Interconnected, Open Data
With the publication of the ENCODE analysis results, we wanted to go beyond simply releasing the data and provide additional resources that would allow readers to explore the data, reproduce the analysis, and make connections between the set of papers published together.
The goal of open data use is part of the larger open-access literature discussion, where there remain substantial technical and legal considerations. On the technical side, the burden on authors is already substantial in terms of manuscript and data preparation alone. Online submission systems are already groaning under the strain and to do more with the data will require standardized formats and interfaces to be created.
Just shoehorning the 450 odd authors of the ENCODE consortium integrated paper into the Nature online submissions system was a taxing experience. Although a trivial example, my point is that most authors have neither the time nor the inclination to get to grips with even minor obstacles to open data use, so the path needs to be made as smooth as possible.
One way to advance toward reusable data now is simply to see what you can provide, and this is what we tried to do. Ewan and I were able to interest Nature in enhancing the ENCODE publications with interactive graphics for some of the main figures, and with the “thread” concept that would bring together the related science woven throughout the many papers, providing it in one place accessible via the Internet or the associated app.
In a sense, the threads constitute our own meta-review of the papers. These publication embellishments were well executed by the Nature team and were, we hope, fun and informative.
A much more important development was the provision of working versions of the computer code that was used in the main ENCODE integrative paper, which is offered up in the form of a virtual machine (VM). We had initially prepared annotated versions of our code along with the manuscript, and these acted essentially as the experimental methods.
However, in the review process we realized that we could perhaps go a step further and provide working versions of the analyses, so that anyone with a reasonable computer could directly reproduce the results, and work with the code to develop their own analysis.
As anyone who works in bioinformatics will know, moving software to a new infrastructure can be hairy, but migration to a Linux-based VM worked well because most of the analysts were using standard, open-source software and libraries.
We were able to test rapidly that everything would run and that all the required data was on board. This is not a perfect solution by any means. The VM is large (18 Gb) and expands to require quite a large footprint, but it does provide a transportable functioning distillation of our analysis methods, and I was very excited to see people downloading and using it.

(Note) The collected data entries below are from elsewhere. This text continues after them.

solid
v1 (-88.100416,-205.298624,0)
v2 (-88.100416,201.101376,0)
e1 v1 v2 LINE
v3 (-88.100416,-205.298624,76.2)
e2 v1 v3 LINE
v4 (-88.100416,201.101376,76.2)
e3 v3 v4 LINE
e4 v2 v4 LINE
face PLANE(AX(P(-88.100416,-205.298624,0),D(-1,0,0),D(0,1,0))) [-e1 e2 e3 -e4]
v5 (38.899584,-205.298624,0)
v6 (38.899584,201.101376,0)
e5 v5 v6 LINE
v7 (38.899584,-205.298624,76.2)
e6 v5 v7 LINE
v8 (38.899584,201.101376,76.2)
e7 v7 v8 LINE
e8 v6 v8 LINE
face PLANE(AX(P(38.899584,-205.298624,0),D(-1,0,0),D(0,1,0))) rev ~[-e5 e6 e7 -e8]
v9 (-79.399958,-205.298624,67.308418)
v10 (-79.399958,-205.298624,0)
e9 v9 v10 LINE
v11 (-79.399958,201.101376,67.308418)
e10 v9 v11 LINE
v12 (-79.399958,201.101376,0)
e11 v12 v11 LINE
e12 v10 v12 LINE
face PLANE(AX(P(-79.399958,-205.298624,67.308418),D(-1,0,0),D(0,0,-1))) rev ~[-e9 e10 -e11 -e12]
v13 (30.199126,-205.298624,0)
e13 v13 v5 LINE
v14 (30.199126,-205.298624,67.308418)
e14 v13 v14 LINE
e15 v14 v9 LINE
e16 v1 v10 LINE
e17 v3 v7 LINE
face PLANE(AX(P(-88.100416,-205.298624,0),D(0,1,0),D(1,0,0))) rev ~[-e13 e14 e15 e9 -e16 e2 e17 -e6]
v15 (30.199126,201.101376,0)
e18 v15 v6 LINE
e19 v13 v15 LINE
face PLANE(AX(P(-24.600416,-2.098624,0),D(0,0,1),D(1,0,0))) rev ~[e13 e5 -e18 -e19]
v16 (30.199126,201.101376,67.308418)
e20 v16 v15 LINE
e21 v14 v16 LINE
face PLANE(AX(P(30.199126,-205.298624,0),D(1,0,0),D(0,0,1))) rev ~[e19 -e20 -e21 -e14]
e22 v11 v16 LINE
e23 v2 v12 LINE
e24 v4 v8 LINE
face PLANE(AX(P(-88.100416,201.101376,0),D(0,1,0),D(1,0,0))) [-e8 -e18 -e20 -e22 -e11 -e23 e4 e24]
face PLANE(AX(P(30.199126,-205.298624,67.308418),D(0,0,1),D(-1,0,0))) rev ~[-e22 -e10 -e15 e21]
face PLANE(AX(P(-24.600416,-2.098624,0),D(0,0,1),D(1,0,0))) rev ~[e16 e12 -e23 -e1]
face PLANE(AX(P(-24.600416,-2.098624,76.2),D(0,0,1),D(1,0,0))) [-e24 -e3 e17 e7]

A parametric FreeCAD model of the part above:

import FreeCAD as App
import Part
import Sketcher
from FreeCAD import Vector
Q = App.Units.Quantity

doc = App.newDocument("Part")
body = doc.addObject("PartDesign::Body", "Body")

sketch1 = body.newObject("Sketcher::SketchObject", "Sketch")
sketch1.AttachmentSupport = (doc.getObject("XY_Plane"), [""])
sketch1.MapMode = "FlatFace"
sketch1.addGeometry([
    Part.LineSegment(Vector(-88, 201, 0), Vector(-88, -205, 0)),
    Part.LineSegment(Vector(-88, -205, 0), Vector(39, -205, 0)),
    Part.LineSegment(Vector(39, -205, 0), Vector(39, 201, 0)),
    Part.LineSegment(Vector(39, 201, 0), Vector(-88, 201, 0)),
], False)
sketch1.addConstraint([
    Sketcher.Constraint("Coincident", 0, 2, 1, 1),
    Sketcher.Constraint("Coincident", 1, 2, 2, 1),
    Sketcher.Constraint("Coincident", 2, 2, 3, 1),
    Sketcher.Constraint("Coincident", 3, 2, 0, 1),
    Sketcher.Constraint("Vertical", 0),
    Sketcher.Constraint("Horizontal", 1),
    Sketcher.Constraint("Vertical", 2),
    Sketcher.Constraint("Horizontal", 3),
    Sketcher.Constraint("DistanceX", 1, 1, 1, 2, Q("5 in")),
    Sketcher.Constraint("DistanceY", 0, 2, 0, 1, Q("16 in")),
    Sketcher.Constraint("DistanceX", 0, 2, -1, 1, Q("88.100416 mm")),
    Sketcher.Constraint("DistanceY", 0, 2, -1, 1, Q("205.298624 mm")),
])
pad1 = body.newObject("PartDesign::Pad", "Pad")
pad1.Profile = sketch1
pad1.Length = Q("3 in")

sketch2 = body.newObject("Sketcher::SketchObject", "Sketch001")
sketch2.AttachmentSupport = (doc.getObject("XZ_Plane"), [""])
sketch2.MapMode = "FlatFace"
sketch2.AttachmentOffset = App.Placement(Vector(0, 0, 205.298624), App.Rotation())
sketch2.addGeometry([
    Part.LineSegment(Vector(-79, 67, 0), Vector(-79, 0, 0)),
    Part.LineSegment(Vector(-79, 0, 0), Vector(30, 0, 0)),
    Part.LineSegment(Vector(30, 0, 0), Vector(30, 67, 0)),
    Part.LineSegment(Vector(30, 67, 0), Vector(-79, 67, 0)),
], False)
sketch2.addConstraint([
    Sketcher.Constraint("Coincident", 0, 2, 1, 1),
    Sketcher.Constraint("Coincident", 1, 2, 2, 1),
    Sketcher.Constraint("Coincident", 2, 2, 3, 1),
    Sketcher.Constraint("Coincident", 3, 2, 0, 1),
    Sketcher.Constraint("Vertical", 0),
    Sketcher.Constraint("Horizontal", 1),
    Sketcher.Constraint("Vertical", 2),
    Sketcher.Constraint("Horizontal", 3),
    Sketcher.Constraint("PointOnObject", 0, 2, -1),
    Sketcher.Constraint("DistanceY", 0, 2, 0, 1, Q("67.308418 mm")),
    Sketcher.Constraint("DistanceX", 1, 1, 1, 2, Q("109.599084 mm")),
    Sketcher.Constraint("DistanceX", 0, 2, -1, 1, Q("79.399958 mm")),
])
pocket1 = body.newObject("PartDesign::Pocket", "Pocket")
pocket1.Profile = sketch2
pocket1.Length = Q("18.56 in")

doc.recompute()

In the long run, I envisage a publication environment wherein research papers are openly accessible and the data and analyses within each paper can be directly accessed for reuse across the Internet. I can imagine a future where one doesn’t just publish and forget, but each publication element contributes to a highly interconnected, worldwide research resource. Many people are already working toward this goal in different areas but a push must come from the research community to really make it happen.